Having lived through that period of time, I want to mention that Kird Ape was considered the best turn 1, 1-drop creature for its time. It beat out Savannah Lions which was a 2/1 and also considered very powerful for 1 mana (yes...really). By time its summoning sickness was gone, you'd normally drop a forest to trigger it on turn 2 before attacking. PS: Even by 90's standards, I was shocked by the art of Invoke Prejudice, wondering "who green-lit this?"
It would have been fun to mention the alchemy "Juggernaut Peddler" which swaps your opponent's cards in hand for juggernauts and is super powerful
Zuran Orb was crazy back when the format was much slower and gave you several turns to stay alive…long enough for you to draw one of your 4x Balance. Imagine you have only Enchantments and Artifacts for permanents, you have The Rack or 2x out and Zuran Orb. Even if you get knocked down to 1 life you can tap all your land mana into pool, cast Balance as your last card, the opponent discards his entire hand, sacs all creatures, loses all their land because you have no land, sacced to Zuran Orb. Even in type 2 when Necro was all the rage, the Ehrnam Geddon decks would sac all lands in response to their own Armageddon. Also, it combo’d great with Land Tax, which got reprinted in 4th Edition forming a devastating mechanic.
With Juggernaut, people forget that it was played in an era where many different decks could drop it on Turn 2. Dark Ritual, Mana Vault, Orcish Lumberjack all come to mind right away. Of course, you could hit it with Swords to Plowshares or Lightning Bolt without breaking a sweat, but a LOT of players at that time were hardcore Stans for Black and Blue control and combo decks.
The idea of a 5/3 coming down before you had 2 blue mana to Counterspell and that it was immune to Terror could force some decks out of their comfort zones. It was fine for what it was at the time, some people just REALLY didn't want to have to play around half-decent artifact creatures back in the day.

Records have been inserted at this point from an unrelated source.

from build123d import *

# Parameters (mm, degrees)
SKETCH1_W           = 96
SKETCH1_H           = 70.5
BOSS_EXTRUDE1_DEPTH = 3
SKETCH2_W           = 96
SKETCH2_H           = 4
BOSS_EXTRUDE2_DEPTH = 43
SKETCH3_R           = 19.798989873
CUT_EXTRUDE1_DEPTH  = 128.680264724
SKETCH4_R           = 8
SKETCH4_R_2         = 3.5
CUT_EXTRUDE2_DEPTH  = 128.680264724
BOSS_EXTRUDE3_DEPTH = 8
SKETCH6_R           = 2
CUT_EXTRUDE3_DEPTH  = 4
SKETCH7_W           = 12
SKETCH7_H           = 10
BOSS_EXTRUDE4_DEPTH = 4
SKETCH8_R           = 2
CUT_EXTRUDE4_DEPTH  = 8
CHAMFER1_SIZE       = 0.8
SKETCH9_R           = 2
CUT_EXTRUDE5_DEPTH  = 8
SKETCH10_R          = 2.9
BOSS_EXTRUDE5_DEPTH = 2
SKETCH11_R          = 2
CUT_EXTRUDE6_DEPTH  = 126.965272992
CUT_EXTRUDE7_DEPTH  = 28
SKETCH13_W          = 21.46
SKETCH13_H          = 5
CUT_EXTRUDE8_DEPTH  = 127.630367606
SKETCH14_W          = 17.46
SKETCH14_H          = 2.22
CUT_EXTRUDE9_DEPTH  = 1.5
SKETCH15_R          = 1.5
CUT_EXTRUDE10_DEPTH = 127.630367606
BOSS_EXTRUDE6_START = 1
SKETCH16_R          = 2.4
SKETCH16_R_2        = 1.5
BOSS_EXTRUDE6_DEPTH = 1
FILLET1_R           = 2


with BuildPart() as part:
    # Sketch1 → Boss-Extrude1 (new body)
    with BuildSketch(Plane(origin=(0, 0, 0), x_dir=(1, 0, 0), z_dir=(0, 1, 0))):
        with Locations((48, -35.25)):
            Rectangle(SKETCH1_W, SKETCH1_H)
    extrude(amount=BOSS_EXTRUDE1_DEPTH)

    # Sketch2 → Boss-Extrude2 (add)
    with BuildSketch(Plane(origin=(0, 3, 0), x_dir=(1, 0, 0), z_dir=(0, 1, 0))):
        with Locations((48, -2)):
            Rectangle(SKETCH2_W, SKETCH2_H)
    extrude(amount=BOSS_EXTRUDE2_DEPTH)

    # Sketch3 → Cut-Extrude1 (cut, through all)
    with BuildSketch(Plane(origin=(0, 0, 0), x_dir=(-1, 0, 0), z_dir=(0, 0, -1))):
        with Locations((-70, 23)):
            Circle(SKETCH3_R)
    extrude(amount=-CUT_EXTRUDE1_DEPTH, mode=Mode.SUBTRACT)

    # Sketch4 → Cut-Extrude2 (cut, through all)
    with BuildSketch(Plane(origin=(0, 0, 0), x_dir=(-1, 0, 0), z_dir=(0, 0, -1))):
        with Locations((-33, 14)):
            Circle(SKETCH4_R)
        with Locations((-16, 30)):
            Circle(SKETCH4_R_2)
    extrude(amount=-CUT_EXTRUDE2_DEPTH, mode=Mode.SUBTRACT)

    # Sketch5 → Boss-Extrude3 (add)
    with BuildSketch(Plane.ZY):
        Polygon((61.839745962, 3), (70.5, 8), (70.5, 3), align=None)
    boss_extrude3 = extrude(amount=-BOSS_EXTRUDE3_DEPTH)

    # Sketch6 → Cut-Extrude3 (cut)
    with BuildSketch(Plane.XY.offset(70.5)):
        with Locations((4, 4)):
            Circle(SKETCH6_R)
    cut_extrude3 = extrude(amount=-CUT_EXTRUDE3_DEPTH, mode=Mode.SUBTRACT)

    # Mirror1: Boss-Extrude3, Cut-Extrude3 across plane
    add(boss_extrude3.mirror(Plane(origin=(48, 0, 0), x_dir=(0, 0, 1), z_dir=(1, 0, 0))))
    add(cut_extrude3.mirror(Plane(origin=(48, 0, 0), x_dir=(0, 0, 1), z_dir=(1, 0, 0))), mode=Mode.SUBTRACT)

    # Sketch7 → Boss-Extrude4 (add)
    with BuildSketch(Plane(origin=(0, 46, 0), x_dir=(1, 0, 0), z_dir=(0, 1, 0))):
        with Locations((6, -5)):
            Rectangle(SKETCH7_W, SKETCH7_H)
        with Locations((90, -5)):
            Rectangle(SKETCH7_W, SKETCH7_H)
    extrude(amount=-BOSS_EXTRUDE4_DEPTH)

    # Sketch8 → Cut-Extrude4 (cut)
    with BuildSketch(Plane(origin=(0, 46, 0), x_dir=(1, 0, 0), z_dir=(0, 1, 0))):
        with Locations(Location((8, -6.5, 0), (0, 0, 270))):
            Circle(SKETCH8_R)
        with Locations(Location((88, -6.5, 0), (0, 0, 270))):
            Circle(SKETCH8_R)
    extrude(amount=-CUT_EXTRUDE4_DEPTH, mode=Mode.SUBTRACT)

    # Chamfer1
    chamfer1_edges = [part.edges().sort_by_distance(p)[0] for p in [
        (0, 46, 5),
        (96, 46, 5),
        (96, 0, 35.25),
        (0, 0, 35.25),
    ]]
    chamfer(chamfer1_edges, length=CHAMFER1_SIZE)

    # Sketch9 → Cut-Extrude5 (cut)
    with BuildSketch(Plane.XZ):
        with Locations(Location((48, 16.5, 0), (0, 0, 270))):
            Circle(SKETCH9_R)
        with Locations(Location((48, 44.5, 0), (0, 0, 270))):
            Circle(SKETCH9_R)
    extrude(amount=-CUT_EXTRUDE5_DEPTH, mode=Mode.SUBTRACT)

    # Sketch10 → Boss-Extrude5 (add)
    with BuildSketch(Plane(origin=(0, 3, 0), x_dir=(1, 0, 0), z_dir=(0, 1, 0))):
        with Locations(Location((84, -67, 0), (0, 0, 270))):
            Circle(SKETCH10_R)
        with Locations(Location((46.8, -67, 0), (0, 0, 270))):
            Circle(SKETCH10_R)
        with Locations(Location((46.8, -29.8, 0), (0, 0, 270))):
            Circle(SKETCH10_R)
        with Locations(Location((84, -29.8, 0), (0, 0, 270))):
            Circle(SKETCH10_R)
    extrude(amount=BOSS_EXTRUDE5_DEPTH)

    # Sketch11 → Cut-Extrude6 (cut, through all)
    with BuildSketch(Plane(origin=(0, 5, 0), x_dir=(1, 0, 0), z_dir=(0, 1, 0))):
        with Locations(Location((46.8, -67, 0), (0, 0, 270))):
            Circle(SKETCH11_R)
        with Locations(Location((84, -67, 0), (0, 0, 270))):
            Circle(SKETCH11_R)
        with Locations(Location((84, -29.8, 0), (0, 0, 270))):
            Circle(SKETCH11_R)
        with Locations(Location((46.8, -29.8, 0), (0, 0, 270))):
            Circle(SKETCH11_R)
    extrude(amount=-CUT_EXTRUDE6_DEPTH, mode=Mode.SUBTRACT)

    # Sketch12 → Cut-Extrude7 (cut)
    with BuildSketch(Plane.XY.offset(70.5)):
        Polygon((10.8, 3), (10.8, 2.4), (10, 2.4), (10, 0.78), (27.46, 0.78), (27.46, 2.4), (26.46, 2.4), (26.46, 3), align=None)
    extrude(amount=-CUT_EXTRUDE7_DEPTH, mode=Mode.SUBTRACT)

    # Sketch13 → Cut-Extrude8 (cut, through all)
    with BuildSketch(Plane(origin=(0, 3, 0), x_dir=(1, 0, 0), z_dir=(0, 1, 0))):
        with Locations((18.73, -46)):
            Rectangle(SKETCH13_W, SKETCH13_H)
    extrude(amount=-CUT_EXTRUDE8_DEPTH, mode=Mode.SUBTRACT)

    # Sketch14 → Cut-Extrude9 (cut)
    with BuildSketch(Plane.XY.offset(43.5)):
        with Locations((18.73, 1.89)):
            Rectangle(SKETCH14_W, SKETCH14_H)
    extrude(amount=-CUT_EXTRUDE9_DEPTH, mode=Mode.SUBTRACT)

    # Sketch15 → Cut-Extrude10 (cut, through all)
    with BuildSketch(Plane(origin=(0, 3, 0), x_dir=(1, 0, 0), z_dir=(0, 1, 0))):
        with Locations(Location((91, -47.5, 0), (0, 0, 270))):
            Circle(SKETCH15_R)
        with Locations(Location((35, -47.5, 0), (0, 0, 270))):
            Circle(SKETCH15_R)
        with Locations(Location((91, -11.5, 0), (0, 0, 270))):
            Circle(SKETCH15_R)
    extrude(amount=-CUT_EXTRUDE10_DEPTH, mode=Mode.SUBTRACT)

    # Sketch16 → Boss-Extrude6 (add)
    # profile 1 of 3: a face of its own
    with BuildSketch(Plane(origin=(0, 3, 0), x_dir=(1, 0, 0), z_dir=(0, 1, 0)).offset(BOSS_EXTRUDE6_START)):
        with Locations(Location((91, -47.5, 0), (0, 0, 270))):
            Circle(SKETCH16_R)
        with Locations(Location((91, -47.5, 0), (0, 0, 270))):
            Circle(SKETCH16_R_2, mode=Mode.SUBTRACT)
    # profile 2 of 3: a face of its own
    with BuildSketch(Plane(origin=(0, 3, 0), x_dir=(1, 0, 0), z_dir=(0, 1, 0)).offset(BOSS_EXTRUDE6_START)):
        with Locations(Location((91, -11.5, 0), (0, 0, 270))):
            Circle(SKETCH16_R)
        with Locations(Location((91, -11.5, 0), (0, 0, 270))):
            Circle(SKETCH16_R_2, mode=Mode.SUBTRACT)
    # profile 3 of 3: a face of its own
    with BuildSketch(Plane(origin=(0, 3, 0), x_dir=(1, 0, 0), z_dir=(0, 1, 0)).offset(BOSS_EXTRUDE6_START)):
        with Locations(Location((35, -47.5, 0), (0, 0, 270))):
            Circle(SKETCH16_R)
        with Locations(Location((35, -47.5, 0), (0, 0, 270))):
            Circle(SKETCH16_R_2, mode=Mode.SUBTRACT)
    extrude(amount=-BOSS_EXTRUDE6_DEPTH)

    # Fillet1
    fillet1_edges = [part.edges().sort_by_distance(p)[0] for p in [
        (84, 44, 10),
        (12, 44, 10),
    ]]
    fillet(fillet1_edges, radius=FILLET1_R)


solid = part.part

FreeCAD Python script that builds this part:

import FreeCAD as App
import Part
import Sketcher
from FreeCAD import Vector
Q = App.Units.Quantity


def edges_at(feature, points):
    """Names of the edges that pass closest to the given points."""
    edges = feature.Shape.Edges
    near = lambda p: min(range(len(edges)), key=lambda i: edges[i].distToShape(Part.Vertex(*p))[0])
    return sorted({f"Edge{near(p) + 1}" for p in points})


def add_polygon(sketch, points):
    """Adds a closed chain of lines whose ends are joined by coincident constraints."""
    first, n = sketch.GeometryCount, len(points)
    for a, b in zip(points, points[1:] + points[:1]):
        sketch.addGeometry(Part.LineSegment(App.Vector(*a, 0), App.Vector(*b, 0)), False)
    for i in range(n):
        sketch.addConstraint(Sketcher.Constraint("Coincident", first + i, 2, first + (i + 1) % n, 1))

doc = App.newDocument("Part")
body = doc.addObject("PartDesign::Body", "Body")

# Sketch on XZ plane
sketch1 = body.newObject("Sketcher::SketchObject", "Sketch")
sketch1.AttachmentSupport = (doc.getObject("XZ_Plane"), [""])
sketch1.MapMode = "FlatFace"
add_polygon(sketch1, [(0, 0), (0, 70.5), (96, 70.5), (96, 0)])  # lines 0-3
sketch1.addConstraint([
    Sketcher.Constraint("Vertical", 0),
    Sketcher.Constraint("Horizontal", 1),
    Sketcher.Constraint("Vertical", 2),
    Sketcher.Constraint("Horizontal", 3),
    Sketcher.Constraint("Coincident", 3, 2, -1, 1),
    Sketcher.Constraint("DistanceX", 1, 1, 1, 2, 96.0),
    Sketcher.Constraint("DistanceY", 0, 1, 0, 2, 70.5),
])
pad1 = body.newObject("PartDesign::Pad", "Pad")
pad1.Profile = sketch1
pad1.Length = 3
pad1.Reversed = True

Heck, I remember Jade Statue being "too good" to allow to come to Standard because U/W couldn't kill it with Wrath of God. Immunity from sorcery-speed board clear was considered "game-breaking" in 90s Magic. That's how backwards things were then.
I like the new style of video. I really like modern content, but this is a cool style.
I'll never forget my pre-release opponent who played top and we went to turns. He was clearly in a winning position and tried to complain to the judge that I was culprit for slow play. Thankfully, the table next to me called him out so hard for spinning his top constantly. We ended up drawing and he was livid. Sucks to suck....
What really blows my mind about Beacon of Immortality being banned in Commander is that 21 commander damage is still lethal. So it's not like it's gonna super drag games out or make it literally impossible to kill a player, like Ivory Tower could in the very early days.
Not every commander deck swings with their commander, especially the plainswalker commanders
@@MrXennhorn Planeswalker commanders weren’t a thing at the time it was originally banned
@@yesman12345ful Moreover planeswalker was not a card type yet either
I read in an old source, perhaps a Duelist magazine, that Juggernaut was supposedly a problem because Invisibility made it unblockable.
5:30 you should try playing a game of the old mtg rpg Shandalar with juggernaut. You won't think it's "that bad" for very long, I guarantee you.